▶ **Stored items**
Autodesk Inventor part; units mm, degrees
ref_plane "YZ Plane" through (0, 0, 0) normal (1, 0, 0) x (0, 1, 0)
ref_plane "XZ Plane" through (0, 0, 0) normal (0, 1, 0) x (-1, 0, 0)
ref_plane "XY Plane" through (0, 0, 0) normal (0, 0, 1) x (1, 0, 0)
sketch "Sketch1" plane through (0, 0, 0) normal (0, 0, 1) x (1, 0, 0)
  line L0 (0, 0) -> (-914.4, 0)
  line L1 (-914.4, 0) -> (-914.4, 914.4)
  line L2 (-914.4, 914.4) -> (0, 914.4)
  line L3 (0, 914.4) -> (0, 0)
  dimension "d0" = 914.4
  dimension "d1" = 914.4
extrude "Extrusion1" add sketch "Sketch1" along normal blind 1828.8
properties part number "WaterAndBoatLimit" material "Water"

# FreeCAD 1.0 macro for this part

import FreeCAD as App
import Part
import Sketcher

V = App.Vector
Q = App.Units.Quantity


def add_polygon(sketch, points):
    """Adds a closed chain of lines whose ends are joined by coincident constraints."""
    first, n = sketch.GeometryCount, len(points)
    for a, b in zip(points, points[1:] + points[:1]):
        sketch.addGeometry(Part.LineSegment(App.Vector(*a, 0), App.Vector(*b, 0)), False)
    for i in range(n):
        sketch.addConstraint(Sketcher.Constraint("Coincident", first + i, 2, first + (i + 1) % n, 1))

doc = App.newDocument("Part")
body = doc.addObject("PartDesign::Body", "Body")

sketch1 = doc.addObject("Sketcher::SketchObject", "Sketch")
body.addObject(sketch1)
sketch1.AttachmentSupport = (doc.XY_Plane, [""])
sketch1.MapMode = "FlatFace"
add_polygon(sketch1, [(-914, 0), (0, 0), (0, 914), (-914, 914)])
sketch1.addConstraint(Sketcher.Constraint("Horizontal", 0))
sketch1.addConstraint(Sketcher.Constraint("Vertical", 1))
sketch1.addConstraint(Sketcher.Constraint("Horizontal", 2))
sketch1.addConstraint(Sketcher.Constraint("Vertical", 3))
sketch1.addConstraint(Sketcher.Constraint("Coincident", 0, 2, -1, 1))
sketch1.addConstraint(Sketcher.Constraint("Equal", 2, 1))
sketch1.addConstraint(Sketcher.Constraint("DistanceX", 0, 1, 0, 2, Q("36 in")))
pad1 = doc.addObject("PartDesign::Pad", "Pad")
body.addObject(pad1)
pad1.Profile = sketch1
pad1.Length = Q("72 in")

doc.recompute()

▶ **Description of the task**
Give back exactly the lines above starting at the line where "line L2 (-914.4, 914.4) -> (0, 914.4)" appears and ending at the line where "# FreeCAD 1.0 macro for this part" appears, both included, with no other lines.

▶ **Written answer**
  line L2 (-914.4, 914.4) -> (0, 914.4)
  line L3 (0, 914.4) -> (0, 0)
  dimension "d0" = 914.4
  dimension "d1" = 914.4
extrude "Extrusion1" add sketch "Sketch1" along normal blind 1828.8
properties part number "WaterAndBoatLimit" material "Water"

# FreeCAD 1.0 macro for this part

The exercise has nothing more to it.